The Distribution of Frailty

When k= 1 it simplifies to the exponential distribution, and when k becomes large it assumes a bell-shaped distribution similar to that of the normal distribution. It is clear from the above equation that as the cumulative hazard, H(x), increases, the average frailty of the remaining cohort decreases. This implies that the average frailty of those who die in old age, denoted by ¯z0(x), is greater than the average frailty of the survivors. 1979) concluded that ignoring frailty in a survival model can lead to biased estimates.

Univariate Semi-Parametric Frailty Models

Frailty among those who die at any age x is also gamma-distributed, with the same scale parameter λ(x) as among those who survive to age x, but with shape parameter k+ 1. A method to account for the heterogeneity of due to omitted covariates is frailty modeling, whereby an unmeasured random effect in the hazard function is incorporated into the model. The proportional hazards frailty model assumes that for a given frailty variablezi and covariatesxi, individual has in a hazard function given by.

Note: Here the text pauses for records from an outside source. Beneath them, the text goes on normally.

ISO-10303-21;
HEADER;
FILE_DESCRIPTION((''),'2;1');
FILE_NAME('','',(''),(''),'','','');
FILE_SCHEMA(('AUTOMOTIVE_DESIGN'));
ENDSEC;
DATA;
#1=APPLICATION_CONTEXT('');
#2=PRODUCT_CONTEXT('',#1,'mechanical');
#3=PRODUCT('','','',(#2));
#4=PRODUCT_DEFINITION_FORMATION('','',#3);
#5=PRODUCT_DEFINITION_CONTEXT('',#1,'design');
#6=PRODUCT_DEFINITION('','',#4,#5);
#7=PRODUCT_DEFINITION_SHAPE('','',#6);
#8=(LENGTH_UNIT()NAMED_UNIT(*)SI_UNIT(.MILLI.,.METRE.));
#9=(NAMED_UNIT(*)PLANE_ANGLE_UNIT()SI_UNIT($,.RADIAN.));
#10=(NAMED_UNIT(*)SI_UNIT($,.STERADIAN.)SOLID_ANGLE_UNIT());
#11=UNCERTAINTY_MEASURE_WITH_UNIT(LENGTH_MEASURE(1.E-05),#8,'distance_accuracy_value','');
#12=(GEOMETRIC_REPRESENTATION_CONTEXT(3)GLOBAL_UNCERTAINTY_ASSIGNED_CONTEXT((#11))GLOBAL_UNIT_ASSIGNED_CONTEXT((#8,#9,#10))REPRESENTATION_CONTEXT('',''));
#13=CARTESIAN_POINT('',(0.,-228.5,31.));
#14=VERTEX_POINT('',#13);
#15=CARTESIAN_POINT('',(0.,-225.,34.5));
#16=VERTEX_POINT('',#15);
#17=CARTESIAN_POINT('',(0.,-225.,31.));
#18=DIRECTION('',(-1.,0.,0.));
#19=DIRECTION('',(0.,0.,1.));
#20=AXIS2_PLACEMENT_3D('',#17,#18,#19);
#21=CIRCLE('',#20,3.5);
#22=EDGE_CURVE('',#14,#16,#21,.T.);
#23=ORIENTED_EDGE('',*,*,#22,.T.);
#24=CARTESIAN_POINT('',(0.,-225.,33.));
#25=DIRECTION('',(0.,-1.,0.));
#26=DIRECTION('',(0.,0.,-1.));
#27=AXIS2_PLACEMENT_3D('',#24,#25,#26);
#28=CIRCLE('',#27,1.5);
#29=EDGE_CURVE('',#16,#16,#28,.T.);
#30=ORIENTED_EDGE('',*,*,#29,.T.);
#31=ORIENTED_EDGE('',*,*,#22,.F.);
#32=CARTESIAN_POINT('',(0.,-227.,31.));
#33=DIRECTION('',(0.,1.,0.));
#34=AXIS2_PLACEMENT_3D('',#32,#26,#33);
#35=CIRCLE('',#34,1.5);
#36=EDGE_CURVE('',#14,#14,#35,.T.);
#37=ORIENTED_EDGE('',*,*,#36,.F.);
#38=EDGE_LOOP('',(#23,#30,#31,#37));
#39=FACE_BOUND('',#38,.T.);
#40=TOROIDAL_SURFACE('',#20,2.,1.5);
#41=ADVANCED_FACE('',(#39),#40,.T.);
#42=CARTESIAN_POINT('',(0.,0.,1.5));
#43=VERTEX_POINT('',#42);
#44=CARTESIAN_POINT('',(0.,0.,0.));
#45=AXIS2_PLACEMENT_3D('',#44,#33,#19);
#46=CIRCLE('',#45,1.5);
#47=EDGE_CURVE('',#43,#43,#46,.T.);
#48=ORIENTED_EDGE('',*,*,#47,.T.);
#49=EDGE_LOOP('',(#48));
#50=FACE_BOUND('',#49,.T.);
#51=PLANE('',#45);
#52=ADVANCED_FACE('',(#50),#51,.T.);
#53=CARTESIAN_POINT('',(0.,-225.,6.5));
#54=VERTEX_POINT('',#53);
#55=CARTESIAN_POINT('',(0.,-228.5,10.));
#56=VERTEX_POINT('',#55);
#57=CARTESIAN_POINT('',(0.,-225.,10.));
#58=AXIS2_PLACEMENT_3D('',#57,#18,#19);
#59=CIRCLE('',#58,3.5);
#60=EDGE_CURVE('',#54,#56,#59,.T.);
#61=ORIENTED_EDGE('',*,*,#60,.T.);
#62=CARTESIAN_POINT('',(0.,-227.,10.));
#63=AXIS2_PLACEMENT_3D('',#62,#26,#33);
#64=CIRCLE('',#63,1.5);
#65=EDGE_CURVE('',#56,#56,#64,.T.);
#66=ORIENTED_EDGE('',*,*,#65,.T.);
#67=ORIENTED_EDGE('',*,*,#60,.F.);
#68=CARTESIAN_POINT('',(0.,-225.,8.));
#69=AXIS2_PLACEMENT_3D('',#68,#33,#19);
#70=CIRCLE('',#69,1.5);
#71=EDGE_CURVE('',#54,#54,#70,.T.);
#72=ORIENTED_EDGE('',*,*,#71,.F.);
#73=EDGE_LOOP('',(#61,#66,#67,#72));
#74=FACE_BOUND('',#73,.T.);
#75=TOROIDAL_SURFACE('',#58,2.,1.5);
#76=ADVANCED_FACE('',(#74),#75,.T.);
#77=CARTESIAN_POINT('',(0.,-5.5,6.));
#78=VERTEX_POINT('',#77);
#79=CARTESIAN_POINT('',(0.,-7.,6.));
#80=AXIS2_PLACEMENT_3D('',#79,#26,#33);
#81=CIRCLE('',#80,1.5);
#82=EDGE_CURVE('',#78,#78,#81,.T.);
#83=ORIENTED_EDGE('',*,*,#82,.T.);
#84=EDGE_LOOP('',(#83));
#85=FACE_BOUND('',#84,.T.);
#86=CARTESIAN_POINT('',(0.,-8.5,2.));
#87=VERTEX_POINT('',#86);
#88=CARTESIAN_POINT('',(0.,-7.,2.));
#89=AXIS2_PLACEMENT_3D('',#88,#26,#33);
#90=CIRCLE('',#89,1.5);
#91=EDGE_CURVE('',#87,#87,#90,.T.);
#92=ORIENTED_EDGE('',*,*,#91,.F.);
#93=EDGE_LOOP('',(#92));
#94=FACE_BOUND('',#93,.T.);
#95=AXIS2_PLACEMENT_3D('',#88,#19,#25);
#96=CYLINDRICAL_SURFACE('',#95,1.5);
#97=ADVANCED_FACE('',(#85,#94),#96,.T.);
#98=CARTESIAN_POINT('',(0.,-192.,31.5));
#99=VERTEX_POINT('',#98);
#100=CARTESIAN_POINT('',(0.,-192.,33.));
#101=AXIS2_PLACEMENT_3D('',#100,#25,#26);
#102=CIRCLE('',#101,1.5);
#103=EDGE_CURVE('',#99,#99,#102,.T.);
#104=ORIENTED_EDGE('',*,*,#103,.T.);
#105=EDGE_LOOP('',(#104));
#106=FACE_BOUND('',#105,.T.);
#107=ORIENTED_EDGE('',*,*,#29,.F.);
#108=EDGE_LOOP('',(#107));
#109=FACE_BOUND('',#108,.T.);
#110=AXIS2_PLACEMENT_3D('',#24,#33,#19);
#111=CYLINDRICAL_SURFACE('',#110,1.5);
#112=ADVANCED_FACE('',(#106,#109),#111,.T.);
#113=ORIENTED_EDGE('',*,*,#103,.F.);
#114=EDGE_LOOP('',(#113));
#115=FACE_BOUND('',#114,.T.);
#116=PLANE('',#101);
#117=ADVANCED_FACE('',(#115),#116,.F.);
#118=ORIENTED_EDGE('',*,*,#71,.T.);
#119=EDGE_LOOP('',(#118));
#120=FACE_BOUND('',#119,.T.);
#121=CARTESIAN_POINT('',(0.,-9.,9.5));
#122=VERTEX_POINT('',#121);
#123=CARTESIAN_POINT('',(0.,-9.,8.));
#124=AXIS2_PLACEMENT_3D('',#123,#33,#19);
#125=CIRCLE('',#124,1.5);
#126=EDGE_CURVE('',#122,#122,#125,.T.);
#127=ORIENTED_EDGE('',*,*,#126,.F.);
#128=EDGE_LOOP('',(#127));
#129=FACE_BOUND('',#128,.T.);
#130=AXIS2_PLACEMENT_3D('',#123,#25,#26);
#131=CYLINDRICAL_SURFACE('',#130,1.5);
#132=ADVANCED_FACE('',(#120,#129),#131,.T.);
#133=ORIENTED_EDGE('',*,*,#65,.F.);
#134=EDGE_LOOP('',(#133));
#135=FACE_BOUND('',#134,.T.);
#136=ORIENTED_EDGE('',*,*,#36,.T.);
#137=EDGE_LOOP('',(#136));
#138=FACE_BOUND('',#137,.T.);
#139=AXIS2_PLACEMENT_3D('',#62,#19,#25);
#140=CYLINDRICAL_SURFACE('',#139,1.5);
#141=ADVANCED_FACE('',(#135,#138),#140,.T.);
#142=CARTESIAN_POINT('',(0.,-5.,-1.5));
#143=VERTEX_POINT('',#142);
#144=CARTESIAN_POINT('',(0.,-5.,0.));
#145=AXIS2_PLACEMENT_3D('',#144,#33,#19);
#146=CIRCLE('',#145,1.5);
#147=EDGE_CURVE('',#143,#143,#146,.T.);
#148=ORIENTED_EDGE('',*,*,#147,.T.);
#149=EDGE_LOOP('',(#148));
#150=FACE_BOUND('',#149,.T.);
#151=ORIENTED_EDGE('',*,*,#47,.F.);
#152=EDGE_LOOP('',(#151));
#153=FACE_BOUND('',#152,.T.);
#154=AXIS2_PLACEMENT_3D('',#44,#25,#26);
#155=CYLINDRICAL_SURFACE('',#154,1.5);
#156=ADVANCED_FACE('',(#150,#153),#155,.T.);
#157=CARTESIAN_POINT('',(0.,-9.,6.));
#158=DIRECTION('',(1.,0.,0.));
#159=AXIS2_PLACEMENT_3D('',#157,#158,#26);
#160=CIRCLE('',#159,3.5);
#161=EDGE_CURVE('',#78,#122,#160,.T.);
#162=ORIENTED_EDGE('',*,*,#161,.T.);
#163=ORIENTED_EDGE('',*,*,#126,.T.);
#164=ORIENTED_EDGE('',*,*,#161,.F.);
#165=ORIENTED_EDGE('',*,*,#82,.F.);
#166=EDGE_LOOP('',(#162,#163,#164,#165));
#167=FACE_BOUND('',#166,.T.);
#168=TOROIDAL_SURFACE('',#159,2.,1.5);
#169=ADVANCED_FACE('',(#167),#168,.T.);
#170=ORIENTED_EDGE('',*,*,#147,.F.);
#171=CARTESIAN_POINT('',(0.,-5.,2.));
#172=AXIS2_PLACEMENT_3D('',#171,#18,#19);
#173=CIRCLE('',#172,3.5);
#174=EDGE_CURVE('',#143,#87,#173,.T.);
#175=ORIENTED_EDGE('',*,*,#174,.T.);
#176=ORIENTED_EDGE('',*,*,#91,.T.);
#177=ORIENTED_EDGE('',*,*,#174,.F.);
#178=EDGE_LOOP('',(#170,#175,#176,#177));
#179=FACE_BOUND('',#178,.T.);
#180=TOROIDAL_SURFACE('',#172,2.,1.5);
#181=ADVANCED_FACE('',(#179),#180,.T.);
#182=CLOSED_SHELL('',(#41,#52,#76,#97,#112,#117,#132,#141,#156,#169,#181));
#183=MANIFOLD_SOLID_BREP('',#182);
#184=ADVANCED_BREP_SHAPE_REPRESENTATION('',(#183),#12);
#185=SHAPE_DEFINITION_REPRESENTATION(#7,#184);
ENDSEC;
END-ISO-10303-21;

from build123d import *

# Parameters (mm, degrees)
SKETCH_3_R = 1.5


with BuildPart() as part:
    # По траектории1: sweep along a path in Эскиз1
    with BuildLine(Plane(origin=(0, 0, 0), x_dir=(0, 0, -1), z_dir=(1, 0, 0))) as sweep_1_path:
        Line((0, 0), (0, -5))
        ThreePointArc((0, -5), (-0.585786438, -6.414213562), (-2, -7))
        Line((-2, -7), (-6, -7))
        ThreePointArc((-6, -7), (-7.414213562, -7.585786438), (-8, -9))
        Line((-8, -9), (-8, -225))
        ThreePointArc((-8, -225), (-8.585786438, -226.414213562), (-10, -227))
        Line((-10, -227), (-31, -227))
        ThreePointArc((-31, -227), (-32.414213562, -226.414213562), (-33, -225))
        Line((-33, -225), (-33, -192))
    # Эскиз3 → По траектории1 (sweep)
    with BuildSketch(Plane(origin=(0, 0, 0), x_dir=(1, 0, 0), z_dir=(0, 1, 0))):
        Circle(SKETCH_3_R)
    sweep(path=sweep_1_path.line)


solid = part.part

Multivariate Semi-Parametric Frailty Models

To account for the heterogeneity between groups, a random effect (or the fragility effect) is included in the hazard function to account for the correlation of failure times within a group. When using the log-normal density for fZ(·), V ar[Z] =σz2 is used to describe the heterogeneity between the groups, while V ar[Z] = 1/α is used when a gamma density for the fragilities are accepted. For generality, assume that the heterogeneity can be described by a parameter θ, which means σz2 for the log-normal density and 1/α for the gamma density.

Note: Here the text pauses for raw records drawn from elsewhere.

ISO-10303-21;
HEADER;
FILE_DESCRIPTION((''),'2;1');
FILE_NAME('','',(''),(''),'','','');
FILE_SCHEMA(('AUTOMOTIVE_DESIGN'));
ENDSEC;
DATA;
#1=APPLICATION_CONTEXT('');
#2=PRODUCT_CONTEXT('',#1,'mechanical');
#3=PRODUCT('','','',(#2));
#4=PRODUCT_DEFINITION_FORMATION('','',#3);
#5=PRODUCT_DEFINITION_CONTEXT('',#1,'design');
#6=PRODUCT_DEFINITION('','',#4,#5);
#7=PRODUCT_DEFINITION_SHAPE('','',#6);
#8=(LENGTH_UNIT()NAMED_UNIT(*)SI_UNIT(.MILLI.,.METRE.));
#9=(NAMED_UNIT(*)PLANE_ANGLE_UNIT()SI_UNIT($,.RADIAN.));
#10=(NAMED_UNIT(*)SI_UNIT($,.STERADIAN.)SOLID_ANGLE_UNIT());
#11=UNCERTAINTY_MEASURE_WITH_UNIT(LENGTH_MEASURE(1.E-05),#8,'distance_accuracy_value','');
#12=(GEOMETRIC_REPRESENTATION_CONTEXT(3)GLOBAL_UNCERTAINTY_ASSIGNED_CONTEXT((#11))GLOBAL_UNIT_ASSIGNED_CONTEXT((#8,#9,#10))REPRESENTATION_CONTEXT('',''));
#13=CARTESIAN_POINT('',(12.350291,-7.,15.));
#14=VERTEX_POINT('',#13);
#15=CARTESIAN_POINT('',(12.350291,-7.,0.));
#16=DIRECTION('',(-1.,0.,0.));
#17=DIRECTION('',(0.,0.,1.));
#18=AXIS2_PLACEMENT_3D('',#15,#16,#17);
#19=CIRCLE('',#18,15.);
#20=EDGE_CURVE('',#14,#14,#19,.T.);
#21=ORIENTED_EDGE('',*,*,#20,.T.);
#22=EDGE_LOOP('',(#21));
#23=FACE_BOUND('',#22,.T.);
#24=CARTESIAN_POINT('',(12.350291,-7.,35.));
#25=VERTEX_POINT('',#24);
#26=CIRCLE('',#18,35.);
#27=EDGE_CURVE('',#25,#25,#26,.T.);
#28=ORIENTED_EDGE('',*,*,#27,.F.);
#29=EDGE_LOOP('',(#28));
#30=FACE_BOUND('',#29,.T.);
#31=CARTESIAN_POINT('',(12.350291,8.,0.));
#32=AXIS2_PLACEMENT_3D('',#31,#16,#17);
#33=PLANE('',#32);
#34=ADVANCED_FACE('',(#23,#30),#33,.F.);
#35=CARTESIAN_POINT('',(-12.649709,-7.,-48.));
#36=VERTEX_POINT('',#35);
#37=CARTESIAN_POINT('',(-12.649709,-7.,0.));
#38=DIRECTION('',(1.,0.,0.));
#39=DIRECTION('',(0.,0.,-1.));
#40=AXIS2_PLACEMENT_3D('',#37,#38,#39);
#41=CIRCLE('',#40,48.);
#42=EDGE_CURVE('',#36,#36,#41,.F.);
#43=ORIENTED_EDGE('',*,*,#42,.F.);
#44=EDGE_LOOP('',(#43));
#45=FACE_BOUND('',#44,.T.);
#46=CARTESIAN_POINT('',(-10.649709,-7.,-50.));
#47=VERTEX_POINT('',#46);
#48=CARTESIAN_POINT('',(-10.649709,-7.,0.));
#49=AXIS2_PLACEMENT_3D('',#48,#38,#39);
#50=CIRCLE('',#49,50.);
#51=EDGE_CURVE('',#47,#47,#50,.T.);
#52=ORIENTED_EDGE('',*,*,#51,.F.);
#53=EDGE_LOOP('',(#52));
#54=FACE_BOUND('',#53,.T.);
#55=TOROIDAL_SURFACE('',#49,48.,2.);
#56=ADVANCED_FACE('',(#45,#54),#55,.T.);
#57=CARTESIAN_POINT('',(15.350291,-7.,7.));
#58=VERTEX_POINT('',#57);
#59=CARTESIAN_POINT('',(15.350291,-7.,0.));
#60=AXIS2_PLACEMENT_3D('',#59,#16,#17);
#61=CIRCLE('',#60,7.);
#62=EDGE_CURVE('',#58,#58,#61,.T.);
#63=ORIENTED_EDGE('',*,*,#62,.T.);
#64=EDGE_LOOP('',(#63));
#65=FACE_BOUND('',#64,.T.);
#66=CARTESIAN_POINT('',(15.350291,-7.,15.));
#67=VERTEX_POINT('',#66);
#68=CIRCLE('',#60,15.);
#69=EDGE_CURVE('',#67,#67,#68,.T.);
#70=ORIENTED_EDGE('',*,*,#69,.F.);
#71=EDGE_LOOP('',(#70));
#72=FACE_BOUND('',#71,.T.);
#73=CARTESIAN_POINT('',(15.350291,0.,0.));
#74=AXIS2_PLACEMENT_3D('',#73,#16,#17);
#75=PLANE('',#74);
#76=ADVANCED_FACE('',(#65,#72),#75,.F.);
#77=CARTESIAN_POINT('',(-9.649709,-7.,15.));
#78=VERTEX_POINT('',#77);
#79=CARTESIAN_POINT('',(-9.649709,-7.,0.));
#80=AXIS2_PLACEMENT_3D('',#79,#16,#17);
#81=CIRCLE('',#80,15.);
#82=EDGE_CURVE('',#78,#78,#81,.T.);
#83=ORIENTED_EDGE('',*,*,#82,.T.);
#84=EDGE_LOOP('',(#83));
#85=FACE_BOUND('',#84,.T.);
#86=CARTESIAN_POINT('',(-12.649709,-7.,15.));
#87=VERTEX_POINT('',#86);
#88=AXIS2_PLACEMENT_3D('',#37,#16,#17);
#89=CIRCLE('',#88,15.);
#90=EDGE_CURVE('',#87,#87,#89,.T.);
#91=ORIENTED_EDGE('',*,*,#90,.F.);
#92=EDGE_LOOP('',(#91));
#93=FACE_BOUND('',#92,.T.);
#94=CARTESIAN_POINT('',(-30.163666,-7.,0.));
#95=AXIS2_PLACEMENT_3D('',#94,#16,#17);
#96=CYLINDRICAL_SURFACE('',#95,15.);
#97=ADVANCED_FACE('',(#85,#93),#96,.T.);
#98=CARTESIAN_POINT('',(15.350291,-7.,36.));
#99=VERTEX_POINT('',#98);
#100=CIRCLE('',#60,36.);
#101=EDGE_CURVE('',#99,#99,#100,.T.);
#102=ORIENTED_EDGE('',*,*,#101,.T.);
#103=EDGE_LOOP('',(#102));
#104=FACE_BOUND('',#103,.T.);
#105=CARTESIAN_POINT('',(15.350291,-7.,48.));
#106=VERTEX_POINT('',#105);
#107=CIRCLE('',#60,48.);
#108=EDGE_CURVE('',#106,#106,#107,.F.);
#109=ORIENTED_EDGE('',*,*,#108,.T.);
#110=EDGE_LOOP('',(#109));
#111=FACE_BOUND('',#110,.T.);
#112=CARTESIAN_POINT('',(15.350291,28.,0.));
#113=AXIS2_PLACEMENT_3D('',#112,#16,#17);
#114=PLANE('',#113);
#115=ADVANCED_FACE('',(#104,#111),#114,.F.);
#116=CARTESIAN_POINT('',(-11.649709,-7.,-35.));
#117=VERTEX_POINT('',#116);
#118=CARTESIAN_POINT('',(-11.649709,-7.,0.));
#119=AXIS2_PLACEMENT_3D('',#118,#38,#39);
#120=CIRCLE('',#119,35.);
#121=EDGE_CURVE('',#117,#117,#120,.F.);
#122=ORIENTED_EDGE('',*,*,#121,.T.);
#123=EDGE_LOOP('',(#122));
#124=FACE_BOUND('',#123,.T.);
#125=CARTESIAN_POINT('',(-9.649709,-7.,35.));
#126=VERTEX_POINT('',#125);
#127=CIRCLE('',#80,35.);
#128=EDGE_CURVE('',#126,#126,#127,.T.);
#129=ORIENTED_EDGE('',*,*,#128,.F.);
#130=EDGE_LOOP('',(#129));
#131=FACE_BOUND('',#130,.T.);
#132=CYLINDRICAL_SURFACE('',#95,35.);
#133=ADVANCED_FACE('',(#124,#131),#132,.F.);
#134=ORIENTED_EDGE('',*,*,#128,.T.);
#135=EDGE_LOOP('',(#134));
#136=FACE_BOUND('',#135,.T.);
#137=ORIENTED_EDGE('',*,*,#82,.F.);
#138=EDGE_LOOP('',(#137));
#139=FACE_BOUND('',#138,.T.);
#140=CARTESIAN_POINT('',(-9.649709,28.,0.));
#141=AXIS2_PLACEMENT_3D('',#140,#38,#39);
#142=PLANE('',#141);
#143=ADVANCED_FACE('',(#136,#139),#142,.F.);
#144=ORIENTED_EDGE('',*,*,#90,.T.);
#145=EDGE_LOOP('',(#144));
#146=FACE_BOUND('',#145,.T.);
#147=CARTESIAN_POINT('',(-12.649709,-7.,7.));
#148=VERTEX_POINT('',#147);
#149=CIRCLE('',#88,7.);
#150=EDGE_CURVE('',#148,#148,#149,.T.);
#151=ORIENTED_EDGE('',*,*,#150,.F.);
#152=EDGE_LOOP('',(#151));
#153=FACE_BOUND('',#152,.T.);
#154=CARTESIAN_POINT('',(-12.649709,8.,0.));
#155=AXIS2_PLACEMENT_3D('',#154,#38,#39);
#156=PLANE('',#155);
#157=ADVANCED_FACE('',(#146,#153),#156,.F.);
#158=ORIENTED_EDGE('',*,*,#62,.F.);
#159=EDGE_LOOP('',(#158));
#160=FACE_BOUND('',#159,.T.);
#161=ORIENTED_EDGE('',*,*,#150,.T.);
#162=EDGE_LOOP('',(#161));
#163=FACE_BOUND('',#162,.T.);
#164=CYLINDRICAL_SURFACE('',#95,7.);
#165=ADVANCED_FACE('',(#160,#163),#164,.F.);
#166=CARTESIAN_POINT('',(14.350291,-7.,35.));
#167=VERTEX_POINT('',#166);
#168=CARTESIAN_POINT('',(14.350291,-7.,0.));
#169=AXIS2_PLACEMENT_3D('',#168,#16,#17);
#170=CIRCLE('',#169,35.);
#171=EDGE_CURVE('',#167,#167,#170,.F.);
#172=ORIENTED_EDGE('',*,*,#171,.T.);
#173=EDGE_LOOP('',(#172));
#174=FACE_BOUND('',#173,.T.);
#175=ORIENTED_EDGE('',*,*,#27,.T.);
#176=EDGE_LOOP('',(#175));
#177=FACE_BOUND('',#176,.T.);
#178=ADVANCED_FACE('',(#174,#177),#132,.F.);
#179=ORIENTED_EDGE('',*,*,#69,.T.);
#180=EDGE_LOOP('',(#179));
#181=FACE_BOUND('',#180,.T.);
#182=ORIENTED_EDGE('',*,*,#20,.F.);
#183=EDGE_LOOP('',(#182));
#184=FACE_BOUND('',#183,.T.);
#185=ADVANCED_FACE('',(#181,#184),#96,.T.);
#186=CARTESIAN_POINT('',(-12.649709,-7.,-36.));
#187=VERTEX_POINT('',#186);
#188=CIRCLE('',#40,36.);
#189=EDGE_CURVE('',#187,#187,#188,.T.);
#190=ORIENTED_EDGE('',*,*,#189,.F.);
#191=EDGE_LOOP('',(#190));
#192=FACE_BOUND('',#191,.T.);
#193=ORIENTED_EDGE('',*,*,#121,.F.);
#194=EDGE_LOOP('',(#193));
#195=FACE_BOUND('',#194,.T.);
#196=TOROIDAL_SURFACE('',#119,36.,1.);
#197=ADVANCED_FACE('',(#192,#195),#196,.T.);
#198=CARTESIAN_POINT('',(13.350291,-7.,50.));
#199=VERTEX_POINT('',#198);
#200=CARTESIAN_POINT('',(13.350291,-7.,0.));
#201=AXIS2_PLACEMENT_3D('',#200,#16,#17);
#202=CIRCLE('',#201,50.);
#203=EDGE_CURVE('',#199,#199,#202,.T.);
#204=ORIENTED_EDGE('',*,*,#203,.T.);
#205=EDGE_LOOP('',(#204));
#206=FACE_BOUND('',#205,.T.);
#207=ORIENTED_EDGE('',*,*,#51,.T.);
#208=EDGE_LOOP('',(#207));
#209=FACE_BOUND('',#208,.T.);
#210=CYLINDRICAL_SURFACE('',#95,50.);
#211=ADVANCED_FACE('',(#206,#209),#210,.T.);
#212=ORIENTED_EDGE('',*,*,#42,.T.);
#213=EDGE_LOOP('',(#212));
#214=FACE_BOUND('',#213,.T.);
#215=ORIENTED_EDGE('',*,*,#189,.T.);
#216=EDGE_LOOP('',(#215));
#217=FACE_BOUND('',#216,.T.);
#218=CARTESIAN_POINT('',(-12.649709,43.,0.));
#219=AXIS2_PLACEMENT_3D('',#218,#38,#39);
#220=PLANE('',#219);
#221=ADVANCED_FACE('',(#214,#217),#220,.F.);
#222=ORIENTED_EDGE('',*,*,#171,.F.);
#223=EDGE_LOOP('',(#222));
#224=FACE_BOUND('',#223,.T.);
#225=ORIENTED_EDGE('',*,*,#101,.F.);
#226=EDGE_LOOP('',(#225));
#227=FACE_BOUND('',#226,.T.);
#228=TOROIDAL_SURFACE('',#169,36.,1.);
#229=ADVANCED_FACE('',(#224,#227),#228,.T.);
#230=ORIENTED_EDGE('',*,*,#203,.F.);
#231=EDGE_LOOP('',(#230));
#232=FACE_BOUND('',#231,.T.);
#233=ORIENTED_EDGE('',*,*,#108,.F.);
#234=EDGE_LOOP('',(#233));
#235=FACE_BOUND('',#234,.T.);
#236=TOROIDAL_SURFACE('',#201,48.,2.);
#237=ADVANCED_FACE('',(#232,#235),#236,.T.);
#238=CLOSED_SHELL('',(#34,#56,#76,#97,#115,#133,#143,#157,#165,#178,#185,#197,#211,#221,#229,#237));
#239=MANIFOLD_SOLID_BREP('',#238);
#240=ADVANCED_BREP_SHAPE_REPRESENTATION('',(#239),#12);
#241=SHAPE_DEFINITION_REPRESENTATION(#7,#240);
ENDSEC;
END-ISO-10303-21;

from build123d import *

# Parameters (mm, degrees)
REDONDEO1_R = 2
REDONDEO2_R = 2
REDONDEO3_R = 1
REDONDEO4_R = 1


with BuildPart() as part:
    # Croquis1 → Revolución1 (revolve)
    with BuildSketch(Plane.XY):
        Polygon((-12.649708752, 0), (15.350291248, 0), (15.350291248, 8), (12.350291248, 8), (12.350291248, 28), (15.350291248, 28), (15.350291248, 43), (-12.649708752, 43), (-12.649708752, 28), (-9.649708752, 28), (-9.649708752, 8), (-12.649708752, 8), align=None)
    revolve(axis=Axis((-30.163665743, -7, 0), (1, 0, 0)))

    # Redondeo1
    redondeo1_edges = [part.edges().sort_by_distance(p)[0] for p in [
        (15.350291248, -57, 0),
    ]]
    fillet(redondeo1_edges, radius=REDONDEO1_R)

    # Redondeo2
    redondeo2_edges = [part.edges().sort_by_distance(p)[0] for p in [
        (-12.649708752, -57, 0),
    ]]
    fillet(redondeo2_edges, radius=REDONDEO2_R)

    # Redondeo3
    redondeo3_edges = [part.edges().sort_by_distance(p)[0] for p in [
        (-12.649708752, -42, 0),
    ]]
    fillet(redondeo3_edges, radius=REDONDEO3_R)

    # Redondeo4
    redondeo4_edges = [part.edges().sort_by_distance(p)[0] for p in [
        (15.350291248, -42, 0),
    ]]
    fillet(redondeo4_edges, radius=REDONDEO4_R)


solid = part.part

Estimation in the Frailty Model

The EM algorithm first finds the expected value of the log likelihood of the total data logf(X, Y|Θ) given the unknown data Y given the observed data X and the current parameter estimates (Bilmes, 1998). To estimate the parameters, it is necessary to increase the logarithm of the probability of the observed data. Suppose the model formulation is the same as the EM algorithm approach.

Figure 6.1: The directed acyclic graph representation of a frailty model

Penalized Partial Likelihood Approach

The parameter estimates for the model are given in Table 7.1, where θ is the estimate of the frailty distribution variance. It took 0 iterations to obtain the frailty variance, and 3 iterations to fit the final model. The estimate for the weakness variance is so small that it is very close to 0.

Table 7.1: Parameter estimates for gamma shared frailty model

Bayesian Approach

The fragility score for cluster 34 is 1.223, which is slightly less than the estimate from the PPL approach; and the fragility score in the 400 group is 0.7368, which is very similar to the score obtained earlier. It is also important to note that the ratio of MC error to standard deviation is less than 5% for each variable. The ratio of MC error to standard deviation was less than 5% for all parameter estimates.

Table 7.4: Bayesian parameter estimates for family data

Comparison of the Different Methods

The main difference is in the estimation of the variance of the vulnerability effect in the PPL model and the Bayesian model. The vulnerability term is simply modeled as a random effect, and an estimate of the vulnerability variance can be obtained. Comparing the Cox proportional hazards model with the frailty models revealed that the fixed effects parameter estimates were very similar.